(Saved entries)
☆ ☆ ☆ ☆ ☆ ☆ ☆

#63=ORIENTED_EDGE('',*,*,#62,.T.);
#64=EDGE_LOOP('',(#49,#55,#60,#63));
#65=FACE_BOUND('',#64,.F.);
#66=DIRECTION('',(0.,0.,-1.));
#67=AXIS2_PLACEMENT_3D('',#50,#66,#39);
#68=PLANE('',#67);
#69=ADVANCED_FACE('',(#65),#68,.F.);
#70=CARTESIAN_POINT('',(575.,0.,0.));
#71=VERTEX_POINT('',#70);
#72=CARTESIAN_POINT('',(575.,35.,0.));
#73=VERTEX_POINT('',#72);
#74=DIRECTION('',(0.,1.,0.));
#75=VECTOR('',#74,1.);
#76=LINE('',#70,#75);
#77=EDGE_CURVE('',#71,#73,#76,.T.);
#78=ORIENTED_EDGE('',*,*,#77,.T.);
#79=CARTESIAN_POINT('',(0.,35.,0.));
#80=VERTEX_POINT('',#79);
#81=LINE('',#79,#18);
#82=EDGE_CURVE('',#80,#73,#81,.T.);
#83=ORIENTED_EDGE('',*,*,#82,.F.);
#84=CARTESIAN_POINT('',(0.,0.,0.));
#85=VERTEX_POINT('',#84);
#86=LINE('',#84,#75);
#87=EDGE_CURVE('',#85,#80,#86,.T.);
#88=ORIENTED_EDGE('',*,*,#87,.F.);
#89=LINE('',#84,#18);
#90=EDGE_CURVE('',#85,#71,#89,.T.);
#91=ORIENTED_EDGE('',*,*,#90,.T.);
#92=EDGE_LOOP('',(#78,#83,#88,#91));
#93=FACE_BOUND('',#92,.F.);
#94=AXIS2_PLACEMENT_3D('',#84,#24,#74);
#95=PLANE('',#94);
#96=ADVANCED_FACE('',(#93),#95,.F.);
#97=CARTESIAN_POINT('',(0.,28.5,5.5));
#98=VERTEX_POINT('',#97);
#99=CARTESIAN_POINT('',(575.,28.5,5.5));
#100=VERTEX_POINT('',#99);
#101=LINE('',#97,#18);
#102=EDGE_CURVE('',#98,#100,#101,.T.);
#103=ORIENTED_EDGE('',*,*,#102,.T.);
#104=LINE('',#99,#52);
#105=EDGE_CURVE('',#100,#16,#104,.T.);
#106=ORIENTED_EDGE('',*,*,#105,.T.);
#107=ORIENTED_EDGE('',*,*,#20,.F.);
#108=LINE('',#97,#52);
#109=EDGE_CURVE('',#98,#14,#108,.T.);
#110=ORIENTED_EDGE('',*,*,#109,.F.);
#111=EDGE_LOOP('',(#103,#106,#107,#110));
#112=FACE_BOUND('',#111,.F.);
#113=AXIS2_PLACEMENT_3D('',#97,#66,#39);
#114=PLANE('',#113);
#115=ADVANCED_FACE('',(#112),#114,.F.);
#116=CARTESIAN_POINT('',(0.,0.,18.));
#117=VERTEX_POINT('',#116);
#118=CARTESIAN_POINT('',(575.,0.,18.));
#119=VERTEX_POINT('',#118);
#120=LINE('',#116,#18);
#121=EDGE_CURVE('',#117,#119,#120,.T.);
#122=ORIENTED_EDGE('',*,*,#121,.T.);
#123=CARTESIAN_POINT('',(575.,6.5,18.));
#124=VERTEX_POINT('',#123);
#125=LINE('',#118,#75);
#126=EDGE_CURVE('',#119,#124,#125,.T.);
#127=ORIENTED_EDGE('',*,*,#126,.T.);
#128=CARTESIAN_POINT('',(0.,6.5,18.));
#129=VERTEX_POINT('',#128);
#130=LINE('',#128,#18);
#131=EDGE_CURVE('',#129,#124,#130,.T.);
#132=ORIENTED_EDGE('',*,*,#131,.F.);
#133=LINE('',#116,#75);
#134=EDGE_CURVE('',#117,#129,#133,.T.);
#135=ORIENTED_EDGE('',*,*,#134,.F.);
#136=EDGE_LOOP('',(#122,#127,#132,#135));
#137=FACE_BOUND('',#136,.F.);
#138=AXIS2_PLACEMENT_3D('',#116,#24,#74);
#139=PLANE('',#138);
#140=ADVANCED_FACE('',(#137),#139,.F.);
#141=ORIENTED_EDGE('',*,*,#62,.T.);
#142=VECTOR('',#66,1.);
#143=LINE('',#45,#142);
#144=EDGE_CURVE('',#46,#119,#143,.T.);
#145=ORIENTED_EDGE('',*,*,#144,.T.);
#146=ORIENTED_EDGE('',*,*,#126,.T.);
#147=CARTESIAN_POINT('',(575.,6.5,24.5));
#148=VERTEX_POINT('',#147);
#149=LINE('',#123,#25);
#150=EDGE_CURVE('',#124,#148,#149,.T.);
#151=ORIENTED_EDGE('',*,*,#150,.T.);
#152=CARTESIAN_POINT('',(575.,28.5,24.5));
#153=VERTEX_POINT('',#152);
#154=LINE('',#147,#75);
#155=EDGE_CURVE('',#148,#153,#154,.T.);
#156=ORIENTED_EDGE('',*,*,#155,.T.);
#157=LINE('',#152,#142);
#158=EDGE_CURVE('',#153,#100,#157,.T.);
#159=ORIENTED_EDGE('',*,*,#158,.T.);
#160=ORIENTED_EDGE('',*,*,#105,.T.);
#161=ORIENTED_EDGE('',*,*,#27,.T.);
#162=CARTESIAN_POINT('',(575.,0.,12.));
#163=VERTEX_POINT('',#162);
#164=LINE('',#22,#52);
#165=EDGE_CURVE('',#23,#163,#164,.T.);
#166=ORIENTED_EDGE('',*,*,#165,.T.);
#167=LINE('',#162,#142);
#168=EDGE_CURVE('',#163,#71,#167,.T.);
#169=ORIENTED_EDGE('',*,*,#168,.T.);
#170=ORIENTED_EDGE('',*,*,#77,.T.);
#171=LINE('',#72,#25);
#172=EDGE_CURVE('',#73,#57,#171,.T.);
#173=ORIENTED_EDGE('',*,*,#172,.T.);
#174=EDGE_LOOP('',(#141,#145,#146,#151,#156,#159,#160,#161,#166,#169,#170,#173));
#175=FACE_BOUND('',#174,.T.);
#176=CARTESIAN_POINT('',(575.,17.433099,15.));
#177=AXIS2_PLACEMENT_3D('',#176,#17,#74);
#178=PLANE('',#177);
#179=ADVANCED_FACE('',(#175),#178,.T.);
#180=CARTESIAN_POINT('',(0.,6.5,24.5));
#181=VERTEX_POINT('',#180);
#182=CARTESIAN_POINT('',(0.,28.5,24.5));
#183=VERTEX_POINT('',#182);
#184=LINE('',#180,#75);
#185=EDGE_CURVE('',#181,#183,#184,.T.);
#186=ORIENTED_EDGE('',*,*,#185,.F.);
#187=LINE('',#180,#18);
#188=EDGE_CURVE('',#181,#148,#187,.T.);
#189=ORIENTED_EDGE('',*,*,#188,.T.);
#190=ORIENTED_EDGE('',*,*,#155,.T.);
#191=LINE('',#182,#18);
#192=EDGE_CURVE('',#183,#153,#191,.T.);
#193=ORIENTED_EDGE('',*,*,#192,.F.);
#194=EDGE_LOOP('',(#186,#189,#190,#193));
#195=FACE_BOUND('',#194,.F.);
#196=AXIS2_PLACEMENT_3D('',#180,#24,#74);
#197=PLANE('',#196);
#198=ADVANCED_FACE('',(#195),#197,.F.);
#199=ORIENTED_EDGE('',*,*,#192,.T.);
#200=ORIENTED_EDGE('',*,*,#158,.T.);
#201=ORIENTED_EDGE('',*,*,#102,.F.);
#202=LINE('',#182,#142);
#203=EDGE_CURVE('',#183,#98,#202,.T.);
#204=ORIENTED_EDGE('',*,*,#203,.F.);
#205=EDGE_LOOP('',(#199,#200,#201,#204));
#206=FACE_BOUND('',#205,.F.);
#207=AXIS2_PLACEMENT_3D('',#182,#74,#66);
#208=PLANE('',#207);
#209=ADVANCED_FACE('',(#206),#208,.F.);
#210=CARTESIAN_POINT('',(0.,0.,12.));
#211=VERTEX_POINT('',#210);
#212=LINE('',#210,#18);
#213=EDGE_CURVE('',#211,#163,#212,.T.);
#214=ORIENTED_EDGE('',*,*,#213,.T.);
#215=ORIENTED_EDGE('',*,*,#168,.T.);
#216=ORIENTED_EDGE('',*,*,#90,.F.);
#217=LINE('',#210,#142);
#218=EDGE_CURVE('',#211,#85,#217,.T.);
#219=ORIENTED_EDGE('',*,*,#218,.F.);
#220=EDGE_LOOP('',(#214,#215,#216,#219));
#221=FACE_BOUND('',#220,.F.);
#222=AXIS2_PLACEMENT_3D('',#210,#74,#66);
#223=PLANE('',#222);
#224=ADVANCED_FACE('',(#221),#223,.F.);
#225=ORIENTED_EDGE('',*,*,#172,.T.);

☆ ☆ ☆ ☆ ☆ ☆ ☆

WORK INSTRUCTIONS: Every line above from the line with "#172=EDGE_CURVE('',#73,#57,#171,.T.);" to the line with "#192=EDGE_CURVE('',#183,#153,#191,.T.);", both included, must be reproduced exactly, and no other line may appear.

EXPECTED OUTPUT:
#172=EDGE_CURVE('',#73,#57,#171,.T.);
#173=ORIENTED_EDGE('',*,*,#172,.T.);
#174=EDGE_LOOP('',(#141,#145,#146,#151,#156,#159,#160,#161,#166,#169,#170,#173));
#175=FACE_BOUND('',#174,.T.);
#176=CARTESIAN_POINT('',(575.,17.433099,15.));
#177=AXIS2_PLACEMENT_3D('',#176,#17,#74);
#178=PLANE('',#177);
#179=ADVANCED_FACE('',(#175),#178,.T.);
#180=CARTESIAN_POINT('',(0.,6.5,24.5));
#181=VERTEX_POINT('',#180);
#182=CARTESIAN_POINT('',(0.,28.5,24.5));
#183=VERTEX_POINT('',#182);
#184=LINE('',#180,#75);
#185=EDGE_CURVE('',#181,#183,#184,.T.);
#186=ORIENTED_EDGE('',*,*,#185,.F.);
#187=LINE('',#180,#18);
#188=EDGE_CURVE('',#181,#148,#187,.T.);
#189=ORIENTED_EDGE('',*,*,#188,.T.);
#190=ORIENTED_EDGE('',*,*,#155,.T.);
#191=LINE('',#182,#18);
#192=EDGE_CURVE('',#183,#153,#191,.T.);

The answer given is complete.